Obrigado pelas sugestões, Guigo. 

Vou conferir os vídeos e logo voltarei com as minhas impressões.


----------



## aprendiendo argento

No Oxford Portuguese Dictionary (que registra a pronúncia paulistana) está assim:

desfazer [ʤisfa'zeɾ]
desculpar [ʤiskuw'paɾ]
etc

_Dêsfazer_, _dêsculpar _é coisa de quem fala _futêbol _mesmo,
a chamada de_ spelling pronunciation_ em inglês

Leia aqui:
*Assassinato da língua: “Padrão Globo de qualidade” extermina a voz brasileira *


> Esse ar “civilizado”de apresentadores regionais mereceria um Molière.  Enunciam, sempre sob orientação do fonoaudiólogo, “mê-ní-nô”, “bô-nê-cô”,  enquanto o povo, na história viva da língua, continua com minínu e  bunêcu.

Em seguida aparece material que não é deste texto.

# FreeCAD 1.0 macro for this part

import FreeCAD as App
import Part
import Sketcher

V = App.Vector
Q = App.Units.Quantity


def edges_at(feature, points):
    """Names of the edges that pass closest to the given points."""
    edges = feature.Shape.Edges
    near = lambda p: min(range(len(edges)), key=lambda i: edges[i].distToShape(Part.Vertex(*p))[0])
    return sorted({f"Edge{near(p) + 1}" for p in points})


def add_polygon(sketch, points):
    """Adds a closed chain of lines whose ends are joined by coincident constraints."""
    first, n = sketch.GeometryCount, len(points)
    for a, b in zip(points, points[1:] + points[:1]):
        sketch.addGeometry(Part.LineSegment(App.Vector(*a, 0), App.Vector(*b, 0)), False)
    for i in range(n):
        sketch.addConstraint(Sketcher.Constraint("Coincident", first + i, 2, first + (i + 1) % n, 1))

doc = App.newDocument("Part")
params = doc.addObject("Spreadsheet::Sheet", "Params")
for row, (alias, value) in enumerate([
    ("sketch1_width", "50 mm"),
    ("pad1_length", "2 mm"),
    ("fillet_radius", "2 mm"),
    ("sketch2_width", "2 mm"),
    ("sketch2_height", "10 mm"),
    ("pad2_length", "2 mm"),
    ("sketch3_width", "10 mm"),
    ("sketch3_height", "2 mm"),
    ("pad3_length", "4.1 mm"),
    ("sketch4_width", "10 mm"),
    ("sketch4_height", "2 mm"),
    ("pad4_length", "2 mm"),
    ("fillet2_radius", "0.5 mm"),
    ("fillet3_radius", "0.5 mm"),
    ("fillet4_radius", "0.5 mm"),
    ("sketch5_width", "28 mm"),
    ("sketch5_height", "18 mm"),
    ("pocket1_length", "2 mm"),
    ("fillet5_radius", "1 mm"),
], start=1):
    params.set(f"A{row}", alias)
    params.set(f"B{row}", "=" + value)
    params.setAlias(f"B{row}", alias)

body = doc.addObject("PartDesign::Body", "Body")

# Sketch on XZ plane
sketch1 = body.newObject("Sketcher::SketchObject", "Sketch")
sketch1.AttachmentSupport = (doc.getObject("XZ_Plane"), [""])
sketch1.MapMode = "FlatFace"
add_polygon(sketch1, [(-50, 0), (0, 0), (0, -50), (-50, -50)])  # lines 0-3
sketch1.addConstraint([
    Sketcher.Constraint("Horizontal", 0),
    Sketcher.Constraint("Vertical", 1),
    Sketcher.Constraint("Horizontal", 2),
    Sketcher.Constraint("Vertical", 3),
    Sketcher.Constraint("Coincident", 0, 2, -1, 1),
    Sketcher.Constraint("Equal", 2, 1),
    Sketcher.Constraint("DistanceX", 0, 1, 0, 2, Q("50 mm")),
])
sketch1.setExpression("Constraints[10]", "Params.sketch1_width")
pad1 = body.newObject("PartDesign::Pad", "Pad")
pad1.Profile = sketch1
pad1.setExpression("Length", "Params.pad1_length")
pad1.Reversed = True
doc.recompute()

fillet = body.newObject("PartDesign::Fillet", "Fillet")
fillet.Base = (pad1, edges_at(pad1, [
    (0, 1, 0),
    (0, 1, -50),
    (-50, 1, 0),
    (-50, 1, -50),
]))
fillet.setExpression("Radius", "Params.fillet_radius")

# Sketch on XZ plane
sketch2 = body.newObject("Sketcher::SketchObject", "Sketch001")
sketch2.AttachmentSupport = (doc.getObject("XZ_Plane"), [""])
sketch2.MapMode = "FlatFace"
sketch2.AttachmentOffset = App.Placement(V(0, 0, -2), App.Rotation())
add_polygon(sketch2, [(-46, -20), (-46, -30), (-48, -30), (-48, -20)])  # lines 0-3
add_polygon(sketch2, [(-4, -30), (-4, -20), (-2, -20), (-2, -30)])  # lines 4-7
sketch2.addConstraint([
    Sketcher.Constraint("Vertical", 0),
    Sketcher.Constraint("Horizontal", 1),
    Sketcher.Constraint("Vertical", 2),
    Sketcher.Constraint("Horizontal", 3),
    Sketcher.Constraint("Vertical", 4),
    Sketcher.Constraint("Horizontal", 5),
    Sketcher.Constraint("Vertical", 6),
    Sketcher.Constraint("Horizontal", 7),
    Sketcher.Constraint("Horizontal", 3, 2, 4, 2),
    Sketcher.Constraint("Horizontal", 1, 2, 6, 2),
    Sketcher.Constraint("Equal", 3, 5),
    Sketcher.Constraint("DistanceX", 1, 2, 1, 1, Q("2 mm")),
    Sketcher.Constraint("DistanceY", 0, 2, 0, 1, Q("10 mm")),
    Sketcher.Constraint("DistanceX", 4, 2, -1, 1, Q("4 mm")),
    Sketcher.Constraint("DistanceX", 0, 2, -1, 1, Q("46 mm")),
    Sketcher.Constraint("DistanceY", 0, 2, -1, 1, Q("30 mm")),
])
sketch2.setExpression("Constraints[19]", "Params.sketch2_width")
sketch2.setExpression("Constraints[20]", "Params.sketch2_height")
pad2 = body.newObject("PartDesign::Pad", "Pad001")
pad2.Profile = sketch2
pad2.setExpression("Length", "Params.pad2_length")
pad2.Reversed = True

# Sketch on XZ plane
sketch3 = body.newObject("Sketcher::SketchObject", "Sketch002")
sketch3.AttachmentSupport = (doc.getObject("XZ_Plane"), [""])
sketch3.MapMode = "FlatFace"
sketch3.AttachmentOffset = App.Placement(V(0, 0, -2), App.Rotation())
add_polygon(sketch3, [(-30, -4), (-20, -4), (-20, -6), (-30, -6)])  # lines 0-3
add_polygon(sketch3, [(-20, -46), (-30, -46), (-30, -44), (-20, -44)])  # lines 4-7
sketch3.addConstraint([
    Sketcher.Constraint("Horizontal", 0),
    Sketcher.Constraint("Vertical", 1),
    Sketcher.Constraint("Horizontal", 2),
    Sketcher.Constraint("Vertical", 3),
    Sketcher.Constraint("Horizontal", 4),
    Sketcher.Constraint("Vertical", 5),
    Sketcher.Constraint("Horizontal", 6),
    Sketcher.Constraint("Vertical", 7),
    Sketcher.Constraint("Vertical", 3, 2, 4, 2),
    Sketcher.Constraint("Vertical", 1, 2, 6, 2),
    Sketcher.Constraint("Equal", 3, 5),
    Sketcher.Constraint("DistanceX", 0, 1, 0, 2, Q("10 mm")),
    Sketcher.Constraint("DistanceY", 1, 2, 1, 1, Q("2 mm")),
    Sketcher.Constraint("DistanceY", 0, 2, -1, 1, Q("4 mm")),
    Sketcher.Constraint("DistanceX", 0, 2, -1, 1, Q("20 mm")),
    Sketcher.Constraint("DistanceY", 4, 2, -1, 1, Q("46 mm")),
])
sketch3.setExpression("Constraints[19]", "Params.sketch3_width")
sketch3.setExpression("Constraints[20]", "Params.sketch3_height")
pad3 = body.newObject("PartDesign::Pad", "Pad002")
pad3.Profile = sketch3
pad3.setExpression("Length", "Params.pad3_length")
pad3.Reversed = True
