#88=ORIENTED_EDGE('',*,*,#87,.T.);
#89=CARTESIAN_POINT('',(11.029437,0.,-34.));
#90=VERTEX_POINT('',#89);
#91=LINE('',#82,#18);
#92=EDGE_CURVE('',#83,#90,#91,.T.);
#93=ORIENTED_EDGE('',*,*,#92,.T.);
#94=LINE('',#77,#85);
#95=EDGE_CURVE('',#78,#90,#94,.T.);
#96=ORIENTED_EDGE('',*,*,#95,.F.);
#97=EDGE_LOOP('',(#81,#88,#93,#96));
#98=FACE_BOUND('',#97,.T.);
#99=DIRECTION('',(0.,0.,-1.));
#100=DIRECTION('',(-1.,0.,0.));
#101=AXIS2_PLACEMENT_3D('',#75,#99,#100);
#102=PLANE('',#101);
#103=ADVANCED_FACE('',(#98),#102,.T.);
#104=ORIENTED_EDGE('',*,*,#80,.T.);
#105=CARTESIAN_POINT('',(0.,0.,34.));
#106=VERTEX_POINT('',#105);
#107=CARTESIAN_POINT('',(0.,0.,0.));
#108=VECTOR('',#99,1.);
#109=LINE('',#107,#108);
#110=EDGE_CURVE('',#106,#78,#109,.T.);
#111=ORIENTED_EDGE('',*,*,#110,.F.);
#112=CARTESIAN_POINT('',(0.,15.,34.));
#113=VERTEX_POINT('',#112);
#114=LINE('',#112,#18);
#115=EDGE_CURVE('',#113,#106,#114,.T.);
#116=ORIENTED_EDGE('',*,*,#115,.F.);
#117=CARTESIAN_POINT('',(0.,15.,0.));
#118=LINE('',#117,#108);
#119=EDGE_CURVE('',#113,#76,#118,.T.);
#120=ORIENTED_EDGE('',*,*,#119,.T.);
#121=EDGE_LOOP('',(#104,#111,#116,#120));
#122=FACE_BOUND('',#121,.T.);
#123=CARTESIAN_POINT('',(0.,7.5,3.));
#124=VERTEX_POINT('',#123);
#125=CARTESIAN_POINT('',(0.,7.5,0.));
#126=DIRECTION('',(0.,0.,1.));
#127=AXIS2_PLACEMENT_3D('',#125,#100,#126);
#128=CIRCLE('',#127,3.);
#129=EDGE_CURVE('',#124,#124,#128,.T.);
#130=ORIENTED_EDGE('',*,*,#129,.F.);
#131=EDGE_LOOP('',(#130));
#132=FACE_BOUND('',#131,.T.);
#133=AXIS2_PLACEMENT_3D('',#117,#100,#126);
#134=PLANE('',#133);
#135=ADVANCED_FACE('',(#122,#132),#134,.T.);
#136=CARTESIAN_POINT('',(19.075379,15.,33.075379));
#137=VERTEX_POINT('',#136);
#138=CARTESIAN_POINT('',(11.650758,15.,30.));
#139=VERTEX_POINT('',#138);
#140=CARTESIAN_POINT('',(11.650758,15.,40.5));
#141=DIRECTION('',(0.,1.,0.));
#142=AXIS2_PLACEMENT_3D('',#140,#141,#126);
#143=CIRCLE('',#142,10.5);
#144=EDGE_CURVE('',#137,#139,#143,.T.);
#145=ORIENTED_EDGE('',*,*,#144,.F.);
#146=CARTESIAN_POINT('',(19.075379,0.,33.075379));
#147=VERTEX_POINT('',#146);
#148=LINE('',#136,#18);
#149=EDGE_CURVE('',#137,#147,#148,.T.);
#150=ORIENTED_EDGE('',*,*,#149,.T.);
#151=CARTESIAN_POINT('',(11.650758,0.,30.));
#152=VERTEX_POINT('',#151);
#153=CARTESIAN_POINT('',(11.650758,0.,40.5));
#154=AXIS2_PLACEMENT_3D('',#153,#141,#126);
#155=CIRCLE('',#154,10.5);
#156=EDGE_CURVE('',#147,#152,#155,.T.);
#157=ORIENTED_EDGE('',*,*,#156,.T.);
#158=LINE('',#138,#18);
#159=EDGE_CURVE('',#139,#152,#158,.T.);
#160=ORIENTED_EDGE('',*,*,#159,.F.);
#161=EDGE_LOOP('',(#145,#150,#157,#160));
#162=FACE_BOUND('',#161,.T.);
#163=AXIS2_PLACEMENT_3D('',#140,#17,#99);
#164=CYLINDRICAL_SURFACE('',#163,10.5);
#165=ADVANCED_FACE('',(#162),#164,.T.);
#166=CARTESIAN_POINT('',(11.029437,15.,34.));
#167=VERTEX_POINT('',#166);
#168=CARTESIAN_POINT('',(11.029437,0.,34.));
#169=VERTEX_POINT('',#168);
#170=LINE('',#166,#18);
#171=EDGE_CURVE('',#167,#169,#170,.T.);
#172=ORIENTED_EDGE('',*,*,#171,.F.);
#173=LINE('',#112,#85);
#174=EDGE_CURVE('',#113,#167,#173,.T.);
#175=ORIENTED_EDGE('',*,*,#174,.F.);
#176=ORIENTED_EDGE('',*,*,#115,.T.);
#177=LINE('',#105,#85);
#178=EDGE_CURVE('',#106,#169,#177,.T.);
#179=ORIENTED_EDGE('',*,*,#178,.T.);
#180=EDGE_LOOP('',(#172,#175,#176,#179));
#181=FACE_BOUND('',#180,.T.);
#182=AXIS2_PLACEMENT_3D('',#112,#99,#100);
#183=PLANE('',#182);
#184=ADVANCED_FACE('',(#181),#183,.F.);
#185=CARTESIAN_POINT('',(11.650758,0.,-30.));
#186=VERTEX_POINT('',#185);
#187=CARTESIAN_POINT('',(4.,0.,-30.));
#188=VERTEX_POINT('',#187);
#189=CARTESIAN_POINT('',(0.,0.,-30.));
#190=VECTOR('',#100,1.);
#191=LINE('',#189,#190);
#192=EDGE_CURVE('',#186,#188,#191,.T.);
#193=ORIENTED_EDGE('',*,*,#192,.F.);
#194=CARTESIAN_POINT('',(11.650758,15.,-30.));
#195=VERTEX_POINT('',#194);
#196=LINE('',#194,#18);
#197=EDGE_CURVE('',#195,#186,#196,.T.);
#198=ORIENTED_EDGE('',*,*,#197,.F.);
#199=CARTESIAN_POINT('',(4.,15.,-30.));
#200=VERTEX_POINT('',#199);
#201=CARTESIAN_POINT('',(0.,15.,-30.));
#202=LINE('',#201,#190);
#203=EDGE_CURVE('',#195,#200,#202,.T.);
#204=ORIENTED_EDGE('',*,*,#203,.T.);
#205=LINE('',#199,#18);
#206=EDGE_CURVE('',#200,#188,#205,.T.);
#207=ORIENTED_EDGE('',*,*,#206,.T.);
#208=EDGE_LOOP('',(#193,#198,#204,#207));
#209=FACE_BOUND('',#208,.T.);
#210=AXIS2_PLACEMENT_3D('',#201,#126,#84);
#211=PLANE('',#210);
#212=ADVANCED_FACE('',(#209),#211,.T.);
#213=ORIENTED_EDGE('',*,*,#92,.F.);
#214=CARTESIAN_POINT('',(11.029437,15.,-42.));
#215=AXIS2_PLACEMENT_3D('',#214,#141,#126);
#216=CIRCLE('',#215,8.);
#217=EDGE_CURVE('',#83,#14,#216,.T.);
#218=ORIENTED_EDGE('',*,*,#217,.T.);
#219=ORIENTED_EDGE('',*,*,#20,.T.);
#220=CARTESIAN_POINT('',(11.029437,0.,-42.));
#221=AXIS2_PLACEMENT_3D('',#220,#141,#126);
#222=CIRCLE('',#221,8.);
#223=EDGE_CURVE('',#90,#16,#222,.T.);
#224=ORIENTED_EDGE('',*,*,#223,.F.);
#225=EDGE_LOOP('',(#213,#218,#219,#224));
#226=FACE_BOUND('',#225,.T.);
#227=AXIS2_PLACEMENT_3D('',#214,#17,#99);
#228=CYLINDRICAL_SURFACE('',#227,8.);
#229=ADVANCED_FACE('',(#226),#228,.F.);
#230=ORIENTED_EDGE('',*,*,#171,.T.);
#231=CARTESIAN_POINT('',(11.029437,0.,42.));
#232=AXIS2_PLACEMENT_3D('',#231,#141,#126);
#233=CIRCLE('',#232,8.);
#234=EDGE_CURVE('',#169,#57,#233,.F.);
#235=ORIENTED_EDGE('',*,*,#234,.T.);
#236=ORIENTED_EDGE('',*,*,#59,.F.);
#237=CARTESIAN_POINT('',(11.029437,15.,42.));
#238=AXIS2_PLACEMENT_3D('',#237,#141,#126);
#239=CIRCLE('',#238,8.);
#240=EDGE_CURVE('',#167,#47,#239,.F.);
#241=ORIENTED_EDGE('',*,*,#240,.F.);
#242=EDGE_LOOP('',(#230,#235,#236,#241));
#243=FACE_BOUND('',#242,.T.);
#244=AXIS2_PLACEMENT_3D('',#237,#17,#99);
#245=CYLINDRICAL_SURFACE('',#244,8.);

> E mais este “Nóbel” da ortoépia televisiva: de tal maneira mudaram e  mudam até os nomes das cidades nordestinas, que, acreditem, amigos, eu  vi: sabedores que são da tendência regional de transformar o “o” em “u”,  um repórter rebatizou a cidade de Juazeiro na Bahia. Virou JÔ-azeiro! O  que tem lá a sua lógica: se o povo fala jUazeiro, só podia mesmo ser  Jô-azeiro.


----------



## Alandria

aprendiendo argento said:


> No Oxford Portuguese Dictionary (que registra a pronúncia paulistana) está assim:
> 
> Leia aqui:
> *Assassinato da língua: “Padrão Globo de qualidade” extermina a voz brasileira *



No Nordeste raramente uma vogal pretônica tem o som "e" ou "o". É quase sempre "é" ou "ó", quando não "u" ou "i".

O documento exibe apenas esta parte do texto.